══ Source records ══

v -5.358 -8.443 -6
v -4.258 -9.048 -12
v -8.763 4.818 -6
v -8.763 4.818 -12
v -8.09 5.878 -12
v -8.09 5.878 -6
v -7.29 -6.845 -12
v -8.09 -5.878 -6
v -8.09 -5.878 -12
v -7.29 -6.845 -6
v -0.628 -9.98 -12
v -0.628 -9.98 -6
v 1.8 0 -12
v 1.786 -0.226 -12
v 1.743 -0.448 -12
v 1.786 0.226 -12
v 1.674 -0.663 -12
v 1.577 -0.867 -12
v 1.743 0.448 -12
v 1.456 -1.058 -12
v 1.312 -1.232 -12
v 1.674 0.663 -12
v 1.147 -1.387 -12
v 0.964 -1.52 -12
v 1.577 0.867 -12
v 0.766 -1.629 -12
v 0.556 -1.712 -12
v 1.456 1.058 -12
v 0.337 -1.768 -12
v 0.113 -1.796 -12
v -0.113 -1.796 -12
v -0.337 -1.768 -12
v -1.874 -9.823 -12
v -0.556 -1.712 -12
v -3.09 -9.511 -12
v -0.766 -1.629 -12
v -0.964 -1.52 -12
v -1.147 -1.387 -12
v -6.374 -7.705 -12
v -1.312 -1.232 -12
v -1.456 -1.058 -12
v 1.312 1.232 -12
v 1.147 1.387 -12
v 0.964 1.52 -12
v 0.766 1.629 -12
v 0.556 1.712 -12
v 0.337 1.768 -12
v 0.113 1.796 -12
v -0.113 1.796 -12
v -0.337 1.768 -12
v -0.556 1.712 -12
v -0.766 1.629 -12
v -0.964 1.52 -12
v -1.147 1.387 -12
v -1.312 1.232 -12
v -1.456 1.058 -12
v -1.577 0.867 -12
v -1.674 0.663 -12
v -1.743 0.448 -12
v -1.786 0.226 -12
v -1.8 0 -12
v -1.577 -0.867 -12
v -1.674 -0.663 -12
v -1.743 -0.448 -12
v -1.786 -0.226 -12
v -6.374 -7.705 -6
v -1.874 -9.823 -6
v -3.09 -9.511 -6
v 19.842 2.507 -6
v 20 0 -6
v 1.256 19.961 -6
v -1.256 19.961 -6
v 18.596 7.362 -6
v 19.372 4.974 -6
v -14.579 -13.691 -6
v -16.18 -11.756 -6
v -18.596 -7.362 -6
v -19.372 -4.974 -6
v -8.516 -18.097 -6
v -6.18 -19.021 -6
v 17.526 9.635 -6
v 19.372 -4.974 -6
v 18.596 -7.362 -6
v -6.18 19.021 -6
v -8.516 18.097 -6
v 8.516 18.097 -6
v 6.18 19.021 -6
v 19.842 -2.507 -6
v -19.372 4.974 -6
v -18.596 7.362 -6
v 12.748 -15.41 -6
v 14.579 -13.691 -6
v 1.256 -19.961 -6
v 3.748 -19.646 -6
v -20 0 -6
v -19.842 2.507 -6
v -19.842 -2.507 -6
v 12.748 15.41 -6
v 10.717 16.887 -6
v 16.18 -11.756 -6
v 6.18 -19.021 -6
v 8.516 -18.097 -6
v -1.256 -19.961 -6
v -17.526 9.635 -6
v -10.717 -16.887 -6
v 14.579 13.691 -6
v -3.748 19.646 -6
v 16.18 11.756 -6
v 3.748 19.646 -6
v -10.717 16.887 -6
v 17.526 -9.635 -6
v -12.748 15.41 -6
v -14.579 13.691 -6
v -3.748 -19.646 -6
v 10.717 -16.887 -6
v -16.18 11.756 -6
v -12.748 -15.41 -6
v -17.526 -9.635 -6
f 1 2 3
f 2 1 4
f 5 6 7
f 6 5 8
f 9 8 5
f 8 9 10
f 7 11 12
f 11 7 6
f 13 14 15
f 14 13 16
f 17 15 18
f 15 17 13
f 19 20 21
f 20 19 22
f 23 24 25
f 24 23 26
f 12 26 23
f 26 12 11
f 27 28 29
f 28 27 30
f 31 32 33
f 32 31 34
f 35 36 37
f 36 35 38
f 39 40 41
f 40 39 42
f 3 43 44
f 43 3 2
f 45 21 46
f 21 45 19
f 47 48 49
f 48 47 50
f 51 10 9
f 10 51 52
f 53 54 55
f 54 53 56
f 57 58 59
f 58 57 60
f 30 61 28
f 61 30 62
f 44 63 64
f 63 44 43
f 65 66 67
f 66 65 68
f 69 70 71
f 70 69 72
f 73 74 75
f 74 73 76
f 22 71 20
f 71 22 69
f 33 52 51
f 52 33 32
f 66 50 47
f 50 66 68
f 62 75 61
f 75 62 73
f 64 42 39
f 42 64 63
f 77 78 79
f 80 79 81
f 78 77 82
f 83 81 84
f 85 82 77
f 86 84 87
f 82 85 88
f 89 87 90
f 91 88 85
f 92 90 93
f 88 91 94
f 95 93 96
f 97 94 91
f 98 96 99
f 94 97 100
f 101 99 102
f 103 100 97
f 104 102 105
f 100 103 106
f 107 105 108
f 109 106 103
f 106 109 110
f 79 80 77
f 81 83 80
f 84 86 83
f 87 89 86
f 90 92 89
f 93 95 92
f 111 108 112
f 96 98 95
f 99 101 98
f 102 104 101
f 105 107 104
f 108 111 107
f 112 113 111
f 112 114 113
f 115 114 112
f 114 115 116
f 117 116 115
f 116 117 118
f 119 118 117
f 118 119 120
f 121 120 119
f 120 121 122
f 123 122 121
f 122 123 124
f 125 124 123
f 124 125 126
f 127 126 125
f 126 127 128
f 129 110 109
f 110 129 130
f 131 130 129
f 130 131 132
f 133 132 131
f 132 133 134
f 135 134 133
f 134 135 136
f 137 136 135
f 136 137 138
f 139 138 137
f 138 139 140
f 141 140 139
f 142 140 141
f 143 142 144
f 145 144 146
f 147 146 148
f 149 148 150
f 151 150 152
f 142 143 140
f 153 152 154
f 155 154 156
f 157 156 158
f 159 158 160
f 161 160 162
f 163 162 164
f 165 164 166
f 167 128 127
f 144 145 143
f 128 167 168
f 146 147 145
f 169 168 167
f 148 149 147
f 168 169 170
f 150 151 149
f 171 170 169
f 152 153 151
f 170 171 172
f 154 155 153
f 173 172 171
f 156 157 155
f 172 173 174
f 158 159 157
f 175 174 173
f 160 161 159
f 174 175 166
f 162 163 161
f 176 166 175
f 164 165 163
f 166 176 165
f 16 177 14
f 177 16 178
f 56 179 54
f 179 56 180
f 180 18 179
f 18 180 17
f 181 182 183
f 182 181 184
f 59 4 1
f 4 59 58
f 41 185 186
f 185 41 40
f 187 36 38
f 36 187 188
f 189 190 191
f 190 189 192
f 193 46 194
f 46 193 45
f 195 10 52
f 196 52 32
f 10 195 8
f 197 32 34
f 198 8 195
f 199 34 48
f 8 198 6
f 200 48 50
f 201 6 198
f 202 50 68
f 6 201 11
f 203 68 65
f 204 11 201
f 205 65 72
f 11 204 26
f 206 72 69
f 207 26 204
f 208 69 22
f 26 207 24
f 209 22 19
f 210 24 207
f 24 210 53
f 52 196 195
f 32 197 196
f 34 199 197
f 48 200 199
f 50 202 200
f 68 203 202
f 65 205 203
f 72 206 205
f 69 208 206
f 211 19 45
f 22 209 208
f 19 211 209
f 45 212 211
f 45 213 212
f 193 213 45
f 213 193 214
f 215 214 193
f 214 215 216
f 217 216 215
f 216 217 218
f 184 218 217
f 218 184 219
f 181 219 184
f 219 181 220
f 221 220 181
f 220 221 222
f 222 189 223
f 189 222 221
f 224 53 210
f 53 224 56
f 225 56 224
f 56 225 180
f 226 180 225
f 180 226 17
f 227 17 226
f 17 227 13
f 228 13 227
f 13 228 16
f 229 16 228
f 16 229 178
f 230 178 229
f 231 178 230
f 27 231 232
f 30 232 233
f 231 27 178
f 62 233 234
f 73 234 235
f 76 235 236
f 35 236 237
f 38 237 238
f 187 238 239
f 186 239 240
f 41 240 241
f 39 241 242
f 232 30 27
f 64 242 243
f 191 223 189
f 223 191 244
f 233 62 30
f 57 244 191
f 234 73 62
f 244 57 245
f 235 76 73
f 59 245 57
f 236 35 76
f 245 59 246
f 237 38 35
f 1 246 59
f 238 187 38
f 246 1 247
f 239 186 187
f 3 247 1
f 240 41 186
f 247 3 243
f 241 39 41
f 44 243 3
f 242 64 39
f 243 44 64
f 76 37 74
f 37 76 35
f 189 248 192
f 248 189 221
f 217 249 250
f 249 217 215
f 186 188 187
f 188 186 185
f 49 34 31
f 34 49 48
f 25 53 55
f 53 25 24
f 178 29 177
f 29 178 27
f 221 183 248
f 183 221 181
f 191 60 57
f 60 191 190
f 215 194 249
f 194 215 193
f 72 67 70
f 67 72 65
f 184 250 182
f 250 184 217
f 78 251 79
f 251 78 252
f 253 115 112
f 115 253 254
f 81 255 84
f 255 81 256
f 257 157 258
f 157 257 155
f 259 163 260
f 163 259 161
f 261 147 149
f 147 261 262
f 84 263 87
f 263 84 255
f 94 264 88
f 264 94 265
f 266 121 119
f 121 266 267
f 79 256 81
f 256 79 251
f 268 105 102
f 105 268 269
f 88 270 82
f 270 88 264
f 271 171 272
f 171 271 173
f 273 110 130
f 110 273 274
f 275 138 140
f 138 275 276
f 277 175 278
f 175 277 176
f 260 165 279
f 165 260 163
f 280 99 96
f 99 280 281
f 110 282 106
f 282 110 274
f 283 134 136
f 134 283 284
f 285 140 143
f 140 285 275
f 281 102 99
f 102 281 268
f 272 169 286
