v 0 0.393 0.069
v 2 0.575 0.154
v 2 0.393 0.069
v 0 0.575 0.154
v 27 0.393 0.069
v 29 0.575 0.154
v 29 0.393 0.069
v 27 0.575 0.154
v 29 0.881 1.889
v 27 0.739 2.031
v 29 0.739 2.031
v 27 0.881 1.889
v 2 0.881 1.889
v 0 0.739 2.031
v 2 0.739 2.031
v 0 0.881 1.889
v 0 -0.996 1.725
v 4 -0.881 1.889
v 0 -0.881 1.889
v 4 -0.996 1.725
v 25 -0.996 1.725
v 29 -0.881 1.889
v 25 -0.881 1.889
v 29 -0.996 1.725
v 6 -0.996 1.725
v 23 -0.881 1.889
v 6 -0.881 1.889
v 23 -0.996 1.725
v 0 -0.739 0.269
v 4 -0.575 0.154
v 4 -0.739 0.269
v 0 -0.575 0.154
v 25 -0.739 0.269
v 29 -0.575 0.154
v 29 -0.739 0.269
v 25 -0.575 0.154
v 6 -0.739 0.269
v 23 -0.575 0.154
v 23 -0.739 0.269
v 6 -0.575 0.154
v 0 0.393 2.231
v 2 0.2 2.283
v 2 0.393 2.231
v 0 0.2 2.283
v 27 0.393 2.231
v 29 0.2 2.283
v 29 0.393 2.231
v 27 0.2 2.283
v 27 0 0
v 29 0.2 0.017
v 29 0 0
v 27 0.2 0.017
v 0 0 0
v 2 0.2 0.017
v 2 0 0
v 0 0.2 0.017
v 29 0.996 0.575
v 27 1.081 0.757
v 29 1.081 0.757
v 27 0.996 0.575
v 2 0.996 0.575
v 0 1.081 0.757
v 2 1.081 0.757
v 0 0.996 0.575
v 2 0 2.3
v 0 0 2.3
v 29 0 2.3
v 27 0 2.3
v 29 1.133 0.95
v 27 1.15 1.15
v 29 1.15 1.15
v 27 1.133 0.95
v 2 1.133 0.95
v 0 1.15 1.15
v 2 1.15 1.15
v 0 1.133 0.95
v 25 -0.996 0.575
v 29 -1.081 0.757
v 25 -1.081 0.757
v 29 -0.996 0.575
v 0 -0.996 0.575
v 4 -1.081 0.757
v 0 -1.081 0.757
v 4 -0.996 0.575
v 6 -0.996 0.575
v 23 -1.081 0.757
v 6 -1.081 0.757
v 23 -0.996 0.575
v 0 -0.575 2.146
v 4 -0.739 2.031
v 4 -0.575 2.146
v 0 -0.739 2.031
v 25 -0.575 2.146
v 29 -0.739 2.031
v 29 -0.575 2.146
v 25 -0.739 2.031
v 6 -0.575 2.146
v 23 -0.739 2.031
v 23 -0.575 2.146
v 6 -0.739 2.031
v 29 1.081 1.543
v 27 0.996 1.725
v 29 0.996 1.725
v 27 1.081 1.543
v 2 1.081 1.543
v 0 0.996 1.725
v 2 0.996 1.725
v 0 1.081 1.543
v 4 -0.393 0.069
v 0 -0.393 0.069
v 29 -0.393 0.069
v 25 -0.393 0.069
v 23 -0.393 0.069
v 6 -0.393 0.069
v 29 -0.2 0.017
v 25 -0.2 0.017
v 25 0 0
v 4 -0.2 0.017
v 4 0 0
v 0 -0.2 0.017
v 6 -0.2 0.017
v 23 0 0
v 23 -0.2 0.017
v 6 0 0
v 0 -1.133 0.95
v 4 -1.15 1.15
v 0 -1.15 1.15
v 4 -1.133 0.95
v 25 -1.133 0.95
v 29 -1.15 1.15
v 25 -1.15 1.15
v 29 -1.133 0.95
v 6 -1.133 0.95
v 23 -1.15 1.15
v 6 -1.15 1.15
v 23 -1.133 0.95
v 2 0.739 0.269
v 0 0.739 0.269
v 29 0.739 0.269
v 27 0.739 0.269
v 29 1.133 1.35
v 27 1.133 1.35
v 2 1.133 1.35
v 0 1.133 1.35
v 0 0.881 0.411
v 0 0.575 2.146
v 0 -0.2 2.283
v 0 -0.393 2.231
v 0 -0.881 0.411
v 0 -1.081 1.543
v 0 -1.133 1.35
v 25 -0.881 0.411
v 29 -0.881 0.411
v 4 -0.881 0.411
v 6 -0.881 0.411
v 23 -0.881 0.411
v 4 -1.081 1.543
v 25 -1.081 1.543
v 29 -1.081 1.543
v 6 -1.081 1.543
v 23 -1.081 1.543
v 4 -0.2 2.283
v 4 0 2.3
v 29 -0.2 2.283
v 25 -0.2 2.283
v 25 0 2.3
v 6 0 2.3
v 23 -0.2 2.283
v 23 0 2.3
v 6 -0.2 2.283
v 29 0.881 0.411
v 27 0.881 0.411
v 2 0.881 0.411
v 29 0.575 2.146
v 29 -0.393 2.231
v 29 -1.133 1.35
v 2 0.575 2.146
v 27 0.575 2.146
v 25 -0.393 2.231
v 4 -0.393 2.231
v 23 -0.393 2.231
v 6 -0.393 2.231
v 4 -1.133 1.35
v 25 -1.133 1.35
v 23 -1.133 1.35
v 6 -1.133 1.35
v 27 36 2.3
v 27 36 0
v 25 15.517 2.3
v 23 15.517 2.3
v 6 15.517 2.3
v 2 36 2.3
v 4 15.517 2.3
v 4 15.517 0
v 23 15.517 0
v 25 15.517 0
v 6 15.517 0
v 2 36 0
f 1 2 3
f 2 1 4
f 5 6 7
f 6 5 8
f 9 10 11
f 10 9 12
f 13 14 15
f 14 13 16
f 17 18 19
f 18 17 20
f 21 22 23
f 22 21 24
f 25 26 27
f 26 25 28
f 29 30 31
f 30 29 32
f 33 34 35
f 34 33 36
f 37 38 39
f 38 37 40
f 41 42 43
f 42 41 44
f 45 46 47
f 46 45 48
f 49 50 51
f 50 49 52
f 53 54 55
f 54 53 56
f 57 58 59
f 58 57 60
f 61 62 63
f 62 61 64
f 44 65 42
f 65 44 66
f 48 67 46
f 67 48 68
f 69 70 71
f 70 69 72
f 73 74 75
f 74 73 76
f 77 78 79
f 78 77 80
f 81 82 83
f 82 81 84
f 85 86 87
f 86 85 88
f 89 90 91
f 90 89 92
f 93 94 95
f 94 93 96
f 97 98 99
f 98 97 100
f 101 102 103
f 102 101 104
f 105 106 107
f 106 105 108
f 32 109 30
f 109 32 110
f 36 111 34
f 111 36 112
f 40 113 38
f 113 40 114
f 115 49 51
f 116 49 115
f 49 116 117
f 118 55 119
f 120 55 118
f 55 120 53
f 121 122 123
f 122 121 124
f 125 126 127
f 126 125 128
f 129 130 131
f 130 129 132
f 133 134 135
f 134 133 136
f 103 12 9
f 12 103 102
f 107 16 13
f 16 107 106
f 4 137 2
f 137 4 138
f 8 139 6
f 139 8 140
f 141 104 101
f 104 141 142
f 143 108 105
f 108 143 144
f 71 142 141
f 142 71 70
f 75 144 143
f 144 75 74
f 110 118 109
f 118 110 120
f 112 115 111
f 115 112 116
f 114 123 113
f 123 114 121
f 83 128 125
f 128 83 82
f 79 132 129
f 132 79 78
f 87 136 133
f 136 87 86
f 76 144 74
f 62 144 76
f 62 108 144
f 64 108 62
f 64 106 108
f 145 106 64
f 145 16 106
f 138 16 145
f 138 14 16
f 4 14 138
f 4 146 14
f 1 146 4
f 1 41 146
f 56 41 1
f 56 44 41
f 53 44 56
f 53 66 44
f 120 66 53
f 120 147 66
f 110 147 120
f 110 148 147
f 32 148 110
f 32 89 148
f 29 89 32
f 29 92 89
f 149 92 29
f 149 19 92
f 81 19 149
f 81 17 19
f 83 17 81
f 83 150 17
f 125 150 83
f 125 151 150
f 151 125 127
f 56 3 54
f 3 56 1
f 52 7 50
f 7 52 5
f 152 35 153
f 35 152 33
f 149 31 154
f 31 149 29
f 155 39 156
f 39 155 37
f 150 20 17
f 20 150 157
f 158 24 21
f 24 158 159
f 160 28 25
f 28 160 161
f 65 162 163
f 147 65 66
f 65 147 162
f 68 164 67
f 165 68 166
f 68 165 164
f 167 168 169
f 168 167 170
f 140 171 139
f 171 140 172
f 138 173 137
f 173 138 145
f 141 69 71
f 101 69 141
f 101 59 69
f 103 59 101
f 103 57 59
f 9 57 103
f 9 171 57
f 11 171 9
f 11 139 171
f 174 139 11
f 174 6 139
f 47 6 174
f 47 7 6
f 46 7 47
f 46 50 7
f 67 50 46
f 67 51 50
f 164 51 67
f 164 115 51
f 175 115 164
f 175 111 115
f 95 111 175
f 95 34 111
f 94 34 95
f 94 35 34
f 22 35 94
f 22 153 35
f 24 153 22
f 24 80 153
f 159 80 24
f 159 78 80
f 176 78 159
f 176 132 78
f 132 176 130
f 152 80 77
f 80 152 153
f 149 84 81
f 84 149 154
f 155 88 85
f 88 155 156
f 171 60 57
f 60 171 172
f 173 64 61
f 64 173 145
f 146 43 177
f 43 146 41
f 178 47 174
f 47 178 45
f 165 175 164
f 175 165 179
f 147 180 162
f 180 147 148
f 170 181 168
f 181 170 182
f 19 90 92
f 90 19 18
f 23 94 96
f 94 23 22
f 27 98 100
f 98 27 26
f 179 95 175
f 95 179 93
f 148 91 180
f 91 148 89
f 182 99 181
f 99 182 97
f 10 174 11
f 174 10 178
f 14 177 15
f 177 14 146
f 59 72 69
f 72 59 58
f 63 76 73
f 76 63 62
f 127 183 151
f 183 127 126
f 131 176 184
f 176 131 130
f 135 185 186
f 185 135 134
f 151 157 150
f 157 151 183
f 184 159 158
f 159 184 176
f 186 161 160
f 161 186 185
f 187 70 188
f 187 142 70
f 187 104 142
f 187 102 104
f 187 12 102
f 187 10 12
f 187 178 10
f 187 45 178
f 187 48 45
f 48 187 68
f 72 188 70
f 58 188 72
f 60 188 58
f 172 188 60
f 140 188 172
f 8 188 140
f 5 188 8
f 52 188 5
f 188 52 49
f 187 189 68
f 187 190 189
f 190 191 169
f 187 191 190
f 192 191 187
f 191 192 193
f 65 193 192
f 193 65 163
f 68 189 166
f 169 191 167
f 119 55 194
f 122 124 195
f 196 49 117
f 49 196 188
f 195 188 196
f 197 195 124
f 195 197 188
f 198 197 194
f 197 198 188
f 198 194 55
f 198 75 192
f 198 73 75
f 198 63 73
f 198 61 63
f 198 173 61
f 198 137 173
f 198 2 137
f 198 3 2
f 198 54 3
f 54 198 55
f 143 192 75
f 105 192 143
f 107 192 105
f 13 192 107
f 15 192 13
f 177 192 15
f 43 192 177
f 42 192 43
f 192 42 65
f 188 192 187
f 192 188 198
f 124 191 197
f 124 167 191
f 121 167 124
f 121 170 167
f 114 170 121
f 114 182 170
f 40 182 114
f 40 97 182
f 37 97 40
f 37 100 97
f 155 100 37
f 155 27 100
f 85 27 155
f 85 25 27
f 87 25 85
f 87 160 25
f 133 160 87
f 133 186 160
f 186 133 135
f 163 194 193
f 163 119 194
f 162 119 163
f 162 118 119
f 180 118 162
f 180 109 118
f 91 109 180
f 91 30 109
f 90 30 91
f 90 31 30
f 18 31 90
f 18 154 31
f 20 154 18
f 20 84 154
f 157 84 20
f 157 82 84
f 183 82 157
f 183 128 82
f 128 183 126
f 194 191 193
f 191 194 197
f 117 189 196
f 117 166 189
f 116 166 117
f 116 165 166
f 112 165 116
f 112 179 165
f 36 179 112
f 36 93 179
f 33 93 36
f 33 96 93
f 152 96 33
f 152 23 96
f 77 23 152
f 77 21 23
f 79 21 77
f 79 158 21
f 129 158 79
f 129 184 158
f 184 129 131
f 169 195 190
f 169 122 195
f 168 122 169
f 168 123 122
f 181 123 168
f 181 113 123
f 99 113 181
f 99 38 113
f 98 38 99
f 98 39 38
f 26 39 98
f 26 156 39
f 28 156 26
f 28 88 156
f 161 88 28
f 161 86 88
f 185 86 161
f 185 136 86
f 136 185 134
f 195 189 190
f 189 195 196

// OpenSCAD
//Logitech Media Keyboard 600

$fn=36;

//Breite
width=25;

//Durchmesser Löcher
d=2.3;

//Länge
length=18*2;

//Feder und/oder Spalte
f=2;

//Feder Länge
fl=10;

//Tichkness
t=d;

module part()
{
translate([0,0,d/2])
rotate([0,90,0])
cylinder(width+2*f, d/2, d/2);

translate([f,0,0])
cube([width, length, t]);
}

module cuts()
{
translate([f*2,-d/2,0])
color("red")
cube([f,fl*1.66666,t]);

translate([width-f,-d/2,0])
color("red")
cube([f,fl*1.66666,t]);
}

difference() {
    part();
    cuts();
}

═══

Task prompt:
The entries above hold a line with "f 49 196 188" and a later line with "f 129 184 158". Write out exactly those lines and all lines between, nothing more.

Solution to the exercise:
f 49 196 188
f 195 188 196
f 197 195 124
f 195 197 188
f 198 197 194
f 197 198 188
f 198 194 55
f 198 75 192
f 198 73 75
f 198 63 73
f 198 61 63
f 198 173 61
f 198 137 173
f 198 2 137
f 198 3 2
f 198 54 3
f 54 198 55
f 143 192 75
f 105 192 143
f 107 192 105
f 13 192 107
f 15 192 13
f 177 192 15
f 43 192 177
f 42 192 43
f 192 42 65
f 188 192 187
f 192 188 198
f 124 191 197
f 124 167 191
f 121 167 124
f 121 170 167
f 114 170 121
f 114 182 170
f 40 182 114
f 40 97 182
f 37 97 40
f 37 100 97
f 155 100 37
f 155 27 100
f 85 27 155
f 85 25 27
f 87 25 85
f 87 160 25
f 133 160 87
f 133 186 160
f 186 133 135
f 163 194 193
f 163 119 194
f 162 119 163
f 162 118 119
f 180 118 162
f 180 109 118
f 91 109 180
f 91 30 109
f 90 30 91
f 90 31 30
f 18 31 90
f 18 154 31
f 20 154 18
f 20 84 154
f 157 84 20
f 157 82 84
f 183 82 157
f 183 128 82
f 128 183 126
f 194 191 193
f 191 194 197
f 117 189 196
f 117 166 189
f 116 166 117
f 116 165 166
f 112 165 116
f 112 179 165
f 36 179 112
f 36 93 179
f 33 93 36
f 33 96 93
f 152 96 33
f 152 23 96
f 77 23 152
f 77 21 23
f 79 21 77
f 79 158 21
f 129 158 79
f 129 184 158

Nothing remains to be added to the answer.